*** Opening of THE INPUT ***
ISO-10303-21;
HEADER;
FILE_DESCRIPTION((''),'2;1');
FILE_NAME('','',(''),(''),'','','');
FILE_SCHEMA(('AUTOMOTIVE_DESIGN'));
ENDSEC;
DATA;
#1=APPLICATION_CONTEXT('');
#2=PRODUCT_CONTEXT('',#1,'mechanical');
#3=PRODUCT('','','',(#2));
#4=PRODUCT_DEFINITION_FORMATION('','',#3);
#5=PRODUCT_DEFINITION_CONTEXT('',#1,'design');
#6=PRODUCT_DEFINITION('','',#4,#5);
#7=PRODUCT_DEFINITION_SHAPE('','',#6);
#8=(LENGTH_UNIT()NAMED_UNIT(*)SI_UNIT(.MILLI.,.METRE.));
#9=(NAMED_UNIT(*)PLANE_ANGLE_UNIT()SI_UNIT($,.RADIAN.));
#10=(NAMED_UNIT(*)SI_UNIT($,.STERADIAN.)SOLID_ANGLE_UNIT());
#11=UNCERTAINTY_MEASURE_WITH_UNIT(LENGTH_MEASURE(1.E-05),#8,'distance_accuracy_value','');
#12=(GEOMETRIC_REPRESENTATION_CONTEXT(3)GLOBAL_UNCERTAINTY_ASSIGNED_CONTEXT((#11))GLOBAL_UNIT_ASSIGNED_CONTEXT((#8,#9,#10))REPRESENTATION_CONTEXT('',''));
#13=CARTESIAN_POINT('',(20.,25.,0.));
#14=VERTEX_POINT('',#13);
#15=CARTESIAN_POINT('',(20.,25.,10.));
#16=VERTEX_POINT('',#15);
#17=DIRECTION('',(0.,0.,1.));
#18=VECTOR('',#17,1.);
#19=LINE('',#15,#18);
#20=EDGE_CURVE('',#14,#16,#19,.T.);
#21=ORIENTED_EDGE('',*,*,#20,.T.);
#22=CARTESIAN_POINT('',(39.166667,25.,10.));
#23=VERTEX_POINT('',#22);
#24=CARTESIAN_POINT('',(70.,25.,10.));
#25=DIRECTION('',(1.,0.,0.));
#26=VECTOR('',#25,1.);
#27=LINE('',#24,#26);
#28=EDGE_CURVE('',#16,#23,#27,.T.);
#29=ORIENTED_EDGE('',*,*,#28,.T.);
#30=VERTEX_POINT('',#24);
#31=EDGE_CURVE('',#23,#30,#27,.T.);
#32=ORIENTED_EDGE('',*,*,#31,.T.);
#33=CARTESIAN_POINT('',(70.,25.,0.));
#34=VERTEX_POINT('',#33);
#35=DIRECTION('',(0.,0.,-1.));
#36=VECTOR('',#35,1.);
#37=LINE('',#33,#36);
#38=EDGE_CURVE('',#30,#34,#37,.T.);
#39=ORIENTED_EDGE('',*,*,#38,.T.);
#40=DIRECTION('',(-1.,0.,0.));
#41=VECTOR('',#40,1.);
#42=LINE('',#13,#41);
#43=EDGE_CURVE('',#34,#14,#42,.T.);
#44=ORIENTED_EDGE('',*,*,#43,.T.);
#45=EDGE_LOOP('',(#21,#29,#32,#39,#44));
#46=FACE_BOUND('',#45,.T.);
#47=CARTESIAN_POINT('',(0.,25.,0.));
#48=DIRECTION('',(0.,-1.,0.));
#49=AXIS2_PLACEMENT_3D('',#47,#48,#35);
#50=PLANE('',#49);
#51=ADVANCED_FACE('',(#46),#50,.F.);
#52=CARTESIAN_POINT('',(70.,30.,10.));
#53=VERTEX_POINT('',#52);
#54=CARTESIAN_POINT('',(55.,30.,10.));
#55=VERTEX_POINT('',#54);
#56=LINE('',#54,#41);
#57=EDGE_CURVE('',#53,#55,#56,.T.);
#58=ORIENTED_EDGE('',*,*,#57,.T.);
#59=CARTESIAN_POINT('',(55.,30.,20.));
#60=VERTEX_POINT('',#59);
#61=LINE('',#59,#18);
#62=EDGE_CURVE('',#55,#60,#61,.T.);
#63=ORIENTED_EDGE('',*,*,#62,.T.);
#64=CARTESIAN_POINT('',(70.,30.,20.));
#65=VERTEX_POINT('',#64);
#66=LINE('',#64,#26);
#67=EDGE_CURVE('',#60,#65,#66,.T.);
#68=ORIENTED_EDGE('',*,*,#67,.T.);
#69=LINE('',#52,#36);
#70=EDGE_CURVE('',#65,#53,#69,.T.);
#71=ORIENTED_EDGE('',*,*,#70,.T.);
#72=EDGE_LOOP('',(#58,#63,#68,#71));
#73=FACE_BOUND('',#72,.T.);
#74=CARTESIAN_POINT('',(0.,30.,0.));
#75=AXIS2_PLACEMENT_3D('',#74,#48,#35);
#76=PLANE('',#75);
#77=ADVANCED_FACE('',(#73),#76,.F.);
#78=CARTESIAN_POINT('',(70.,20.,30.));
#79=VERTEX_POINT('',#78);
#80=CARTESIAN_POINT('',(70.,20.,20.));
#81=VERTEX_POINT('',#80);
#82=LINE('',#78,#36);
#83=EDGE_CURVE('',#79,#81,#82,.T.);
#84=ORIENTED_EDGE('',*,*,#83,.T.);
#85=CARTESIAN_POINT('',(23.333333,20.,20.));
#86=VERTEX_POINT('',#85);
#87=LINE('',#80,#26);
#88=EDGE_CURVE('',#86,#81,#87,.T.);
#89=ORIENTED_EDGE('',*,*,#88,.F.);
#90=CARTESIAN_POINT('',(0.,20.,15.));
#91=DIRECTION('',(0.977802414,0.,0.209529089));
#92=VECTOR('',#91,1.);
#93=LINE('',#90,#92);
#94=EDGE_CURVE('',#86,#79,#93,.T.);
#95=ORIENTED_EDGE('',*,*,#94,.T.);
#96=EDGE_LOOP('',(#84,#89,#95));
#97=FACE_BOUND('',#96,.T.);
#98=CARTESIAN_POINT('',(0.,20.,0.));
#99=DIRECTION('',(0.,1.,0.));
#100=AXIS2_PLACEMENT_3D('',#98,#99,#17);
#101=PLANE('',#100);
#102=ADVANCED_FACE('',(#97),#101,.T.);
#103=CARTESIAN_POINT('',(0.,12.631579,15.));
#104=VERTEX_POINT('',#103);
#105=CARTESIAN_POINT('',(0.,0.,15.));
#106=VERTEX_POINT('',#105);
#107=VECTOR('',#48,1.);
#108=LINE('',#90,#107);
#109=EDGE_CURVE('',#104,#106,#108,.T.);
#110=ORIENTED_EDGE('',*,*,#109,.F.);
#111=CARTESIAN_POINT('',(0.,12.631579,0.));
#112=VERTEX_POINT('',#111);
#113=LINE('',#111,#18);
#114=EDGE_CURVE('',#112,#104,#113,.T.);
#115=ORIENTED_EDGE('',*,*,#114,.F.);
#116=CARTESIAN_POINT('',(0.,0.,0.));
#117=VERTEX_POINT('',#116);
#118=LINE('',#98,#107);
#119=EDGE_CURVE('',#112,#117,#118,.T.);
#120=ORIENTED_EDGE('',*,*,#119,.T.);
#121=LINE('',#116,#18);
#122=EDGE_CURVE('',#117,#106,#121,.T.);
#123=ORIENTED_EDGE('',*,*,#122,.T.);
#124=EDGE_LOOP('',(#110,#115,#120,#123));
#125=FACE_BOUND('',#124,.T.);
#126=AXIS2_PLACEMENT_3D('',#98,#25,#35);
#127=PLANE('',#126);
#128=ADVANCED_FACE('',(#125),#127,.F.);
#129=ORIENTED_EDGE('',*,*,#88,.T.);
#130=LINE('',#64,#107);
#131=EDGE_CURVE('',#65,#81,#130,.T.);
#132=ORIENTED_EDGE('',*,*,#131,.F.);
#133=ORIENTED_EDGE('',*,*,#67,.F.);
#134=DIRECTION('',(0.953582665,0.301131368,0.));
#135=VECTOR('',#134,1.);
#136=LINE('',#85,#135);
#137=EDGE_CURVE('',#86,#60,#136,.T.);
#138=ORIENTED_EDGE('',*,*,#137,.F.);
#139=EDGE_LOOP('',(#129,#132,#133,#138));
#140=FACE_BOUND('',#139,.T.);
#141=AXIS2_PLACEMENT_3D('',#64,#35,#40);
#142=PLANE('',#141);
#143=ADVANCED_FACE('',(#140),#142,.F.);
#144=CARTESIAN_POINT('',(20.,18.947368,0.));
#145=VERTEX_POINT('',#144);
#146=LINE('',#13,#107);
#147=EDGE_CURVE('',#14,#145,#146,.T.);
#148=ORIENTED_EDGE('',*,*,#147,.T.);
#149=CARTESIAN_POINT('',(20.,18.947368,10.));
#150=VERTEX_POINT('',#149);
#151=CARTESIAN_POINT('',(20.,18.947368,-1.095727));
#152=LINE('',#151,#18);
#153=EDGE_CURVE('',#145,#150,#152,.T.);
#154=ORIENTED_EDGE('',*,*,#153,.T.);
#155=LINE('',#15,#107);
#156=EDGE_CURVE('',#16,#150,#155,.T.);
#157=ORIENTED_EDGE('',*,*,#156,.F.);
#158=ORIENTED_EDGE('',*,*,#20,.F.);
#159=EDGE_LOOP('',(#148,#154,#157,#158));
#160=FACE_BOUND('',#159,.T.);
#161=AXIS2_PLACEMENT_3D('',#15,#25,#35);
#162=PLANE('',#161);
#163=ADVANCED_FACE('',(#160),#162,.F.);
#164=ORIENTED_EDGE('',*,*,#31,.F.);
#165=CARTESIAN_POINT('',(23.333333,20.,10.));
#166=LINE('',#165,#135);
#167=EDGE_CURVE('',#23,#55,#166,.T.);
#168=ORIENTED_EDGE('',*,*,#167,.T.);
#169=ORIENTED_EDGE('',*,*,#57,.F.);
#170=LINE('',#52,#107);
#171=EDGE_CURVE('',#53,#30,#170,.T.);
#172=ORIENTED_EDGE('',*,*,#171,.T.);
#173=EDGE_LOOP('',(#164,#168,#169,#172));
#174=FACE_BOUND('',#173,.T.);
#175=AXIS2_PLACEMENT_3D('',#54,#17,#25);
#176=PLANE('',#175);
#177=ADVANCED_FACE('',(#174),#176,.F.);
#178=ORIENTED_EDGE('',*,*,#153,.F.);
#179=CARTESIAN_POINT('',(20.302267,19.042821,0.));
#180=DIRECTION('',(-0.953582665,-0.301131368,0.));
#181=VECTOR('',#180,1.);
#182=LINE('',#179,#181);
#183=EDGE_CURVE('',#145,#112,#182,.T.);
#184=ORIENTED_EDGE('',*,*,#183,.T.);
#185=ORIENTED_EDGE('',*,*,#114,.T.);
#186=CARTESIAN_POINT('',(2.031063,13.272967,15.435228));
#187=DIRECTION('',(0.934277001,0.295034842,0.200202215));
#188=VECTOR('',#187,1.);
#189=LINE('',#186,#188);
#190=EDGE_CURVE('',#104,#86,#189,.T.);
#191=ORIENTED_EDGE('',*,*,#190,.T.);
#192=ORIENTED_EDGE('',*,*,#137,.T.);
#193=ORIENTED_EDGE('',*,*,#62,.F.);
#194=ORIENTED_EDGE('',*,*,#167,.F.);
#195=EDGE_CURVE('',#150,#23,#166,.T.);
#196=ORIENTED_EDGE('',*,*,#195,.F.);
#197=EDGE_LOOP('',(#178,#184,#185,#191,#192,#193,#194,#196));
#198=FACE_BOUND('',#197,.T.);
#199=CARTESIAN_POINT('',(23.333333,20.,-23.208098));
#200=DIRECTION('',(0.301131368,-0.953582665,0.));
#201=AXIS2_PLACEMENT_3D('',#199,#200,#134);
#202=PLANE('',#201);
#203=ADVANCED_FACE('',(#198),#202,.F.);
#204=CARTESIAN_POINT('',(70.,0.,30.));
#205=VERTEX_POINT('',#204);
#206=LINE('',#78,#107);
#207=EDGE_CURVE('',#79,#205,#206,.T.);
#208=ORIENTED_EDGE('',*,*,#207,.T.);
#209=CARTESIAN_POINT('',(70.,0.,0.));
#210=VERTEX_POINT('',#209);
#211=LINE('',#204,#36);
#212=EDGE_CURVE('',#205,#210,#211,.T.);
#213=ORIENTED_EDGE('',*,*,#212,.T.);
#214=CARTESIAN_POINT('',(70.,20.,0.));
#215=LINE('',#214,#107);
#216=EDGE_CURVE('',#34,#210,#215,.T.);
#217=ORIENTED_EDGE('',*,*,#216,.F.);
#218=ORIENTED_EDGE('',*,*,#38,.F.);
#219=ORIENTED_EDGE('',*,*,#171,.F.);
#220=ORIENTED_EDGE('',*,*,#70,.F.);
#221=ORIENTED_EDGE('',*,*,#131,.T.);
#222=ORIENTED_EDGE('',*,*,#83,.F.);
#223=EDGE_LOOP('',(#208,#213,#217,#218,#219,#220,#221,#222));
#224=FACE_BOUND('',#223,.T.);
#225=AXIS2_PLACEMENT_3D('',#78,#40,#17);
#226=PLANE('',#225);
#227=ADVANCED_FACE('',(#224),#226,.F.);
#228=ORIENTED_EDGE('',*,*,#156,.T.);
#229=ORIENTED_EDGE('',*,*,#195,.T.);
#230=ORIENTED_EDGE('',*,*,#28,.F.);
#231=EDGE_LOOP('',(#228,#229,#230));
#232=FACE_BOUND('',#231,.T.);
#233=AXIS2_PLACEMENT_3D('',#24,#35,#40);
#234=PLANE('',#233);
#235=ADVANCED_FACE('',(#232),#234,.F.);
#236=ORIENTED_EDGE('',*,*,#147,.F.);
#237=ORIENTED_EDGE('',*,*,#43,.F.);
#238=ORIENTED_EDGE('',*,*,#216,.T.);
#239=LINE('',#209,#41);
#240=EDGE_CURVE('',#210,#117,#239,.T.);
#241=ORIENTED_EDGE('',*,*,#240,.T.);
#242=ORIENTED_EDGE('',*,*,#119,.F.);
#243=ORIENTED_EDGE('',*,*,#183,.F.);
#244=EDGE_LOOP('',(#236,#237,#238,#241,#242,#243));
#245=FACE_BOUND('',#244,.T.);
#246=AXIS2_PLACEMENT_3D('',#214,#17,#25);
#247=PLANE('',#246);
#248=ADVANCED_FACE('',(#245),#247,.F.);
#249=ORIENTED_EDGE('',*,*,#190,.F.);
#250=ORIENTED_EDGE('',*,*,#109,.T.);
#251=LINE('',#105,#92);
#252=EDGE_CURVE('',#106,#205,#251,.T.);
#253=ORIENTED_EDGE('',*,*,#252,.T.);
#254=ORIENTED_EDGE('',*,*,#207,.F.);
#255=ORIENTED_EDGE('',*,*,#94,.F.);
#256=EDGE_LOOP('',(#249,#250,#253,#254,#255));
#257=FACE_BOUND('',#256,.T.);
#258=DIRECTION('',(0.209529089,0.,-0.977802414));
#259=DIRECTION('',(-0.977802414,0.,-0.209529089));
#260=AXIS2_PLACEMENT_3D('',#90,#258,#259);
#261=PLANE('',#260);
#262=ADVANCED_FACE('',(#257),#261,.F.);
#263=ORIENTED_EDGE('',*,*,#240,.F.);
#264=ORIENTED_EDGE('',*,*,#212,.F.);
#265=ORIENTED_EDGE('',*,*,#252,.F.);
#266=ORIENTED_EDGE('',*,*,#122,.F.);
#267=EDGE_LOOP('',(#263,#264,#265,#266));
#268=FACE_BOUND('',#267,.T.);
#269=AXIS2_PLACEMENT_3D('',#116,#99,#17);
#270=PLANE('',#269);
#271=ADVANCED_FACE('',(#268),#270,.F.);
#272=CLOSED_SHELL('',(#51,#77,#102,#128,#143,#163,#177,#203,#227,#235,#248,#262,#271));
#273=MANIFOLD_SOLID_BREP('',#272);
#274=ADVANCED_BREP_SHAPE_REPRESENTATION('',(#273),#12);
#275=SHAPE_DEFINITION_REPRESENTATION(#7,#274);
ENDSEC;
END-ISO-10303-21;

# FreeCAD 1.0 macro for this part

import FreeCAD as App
import Part
import Sketcher

V = App.Vector
Q = App.Units.Quantity

doc = App.newDocument("Part")
body = doc.addObject("PartDesign::Body", "Body")

# Sketch on XZ plane
sketch1 = doc.addObject("Sketcher::SketchObject", "Sketch")
body.addObject(sketch1)
sketch1.AttachmentSupport = (doc.XZ_Plane, [""])
sketch1.MapMode = "FlatFace"
sketch1.addGeometry([
    Part.LineSegment(V(0, 0, 0), V(0, 15, 0)),
    Part.LineSegment(V(0, 15, 0), V(70, 30, 0)),
    Part.LineSegment(V(70, 30, 0), V(70, 0, 0)),
    Part.LineSegment(V(70, 0, 0), V(0, 0, 0)),
], False)
sketch1.addConstraint([
    Sketcher.Constraint("Coincident", 0, 2, 1, 1),
    Sketcher.Constraint("Coincident", 1, 2, 2, 1),
    Sketcher.Constraint("Coincident", 2, 2, 3, 1),
    Sketcher.Constraint("Coincident", 3, 2, 0, 1),
    Sketcher.Constraint("Vertical", 0),
    Sketcher.Constraint("Vertical", 2),
    Sketcher.Constraint("Horizontal", 3),
    Sketcher.Constraint("Coincident", 3, 2, -1, 1),
    Sketcher.Constraint("DistanceX", 3, 2, 3, 1, Q("70 mm")),
    Sketcher.Constraint("DistanceY", 0, 1, 0, 2, Q("15 mm")),
    Sketcher.Constraint("DistanceY", 2, 2, 2, 1, Q("30 mm")),
])
pad1 = doc.addObject("PartDesign::Pad", "Pad")
body.addObject(pad1)
pad1.Profile = sketch1
pad1.Length = 20
pad1.Reversed = True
*** Close of THE INPUT ***
WHAT THE TASK REQUIRES:
Copy back the listing above exactly, but only from the line with "#219=ORIENTED_EDGE('',*,*,#171,.F.);" through the line with "#226=PLANE('',#225);", both ends included.

TASK OUTPUT:
#219=ORIENTED_EDGE('',*,*,#171,.F.);
#220=ORIENTED_EDGE('',*,*,#70,.F.);
#221=ORIENTED_EDGE('',*,*,#131,.T.);
#222=ORIENTED_EDGE('',*,*,#83,.F.);
#223=EDGE_LOOP('',(#208,#213,#217,#218,#219,#220,#221,#222));
#224=FACE_BOUND('',#223,.T.);
#225=AXIS2_PLACEMENT_3D('',#78,#40,#17);
#226=PLANE('',#225);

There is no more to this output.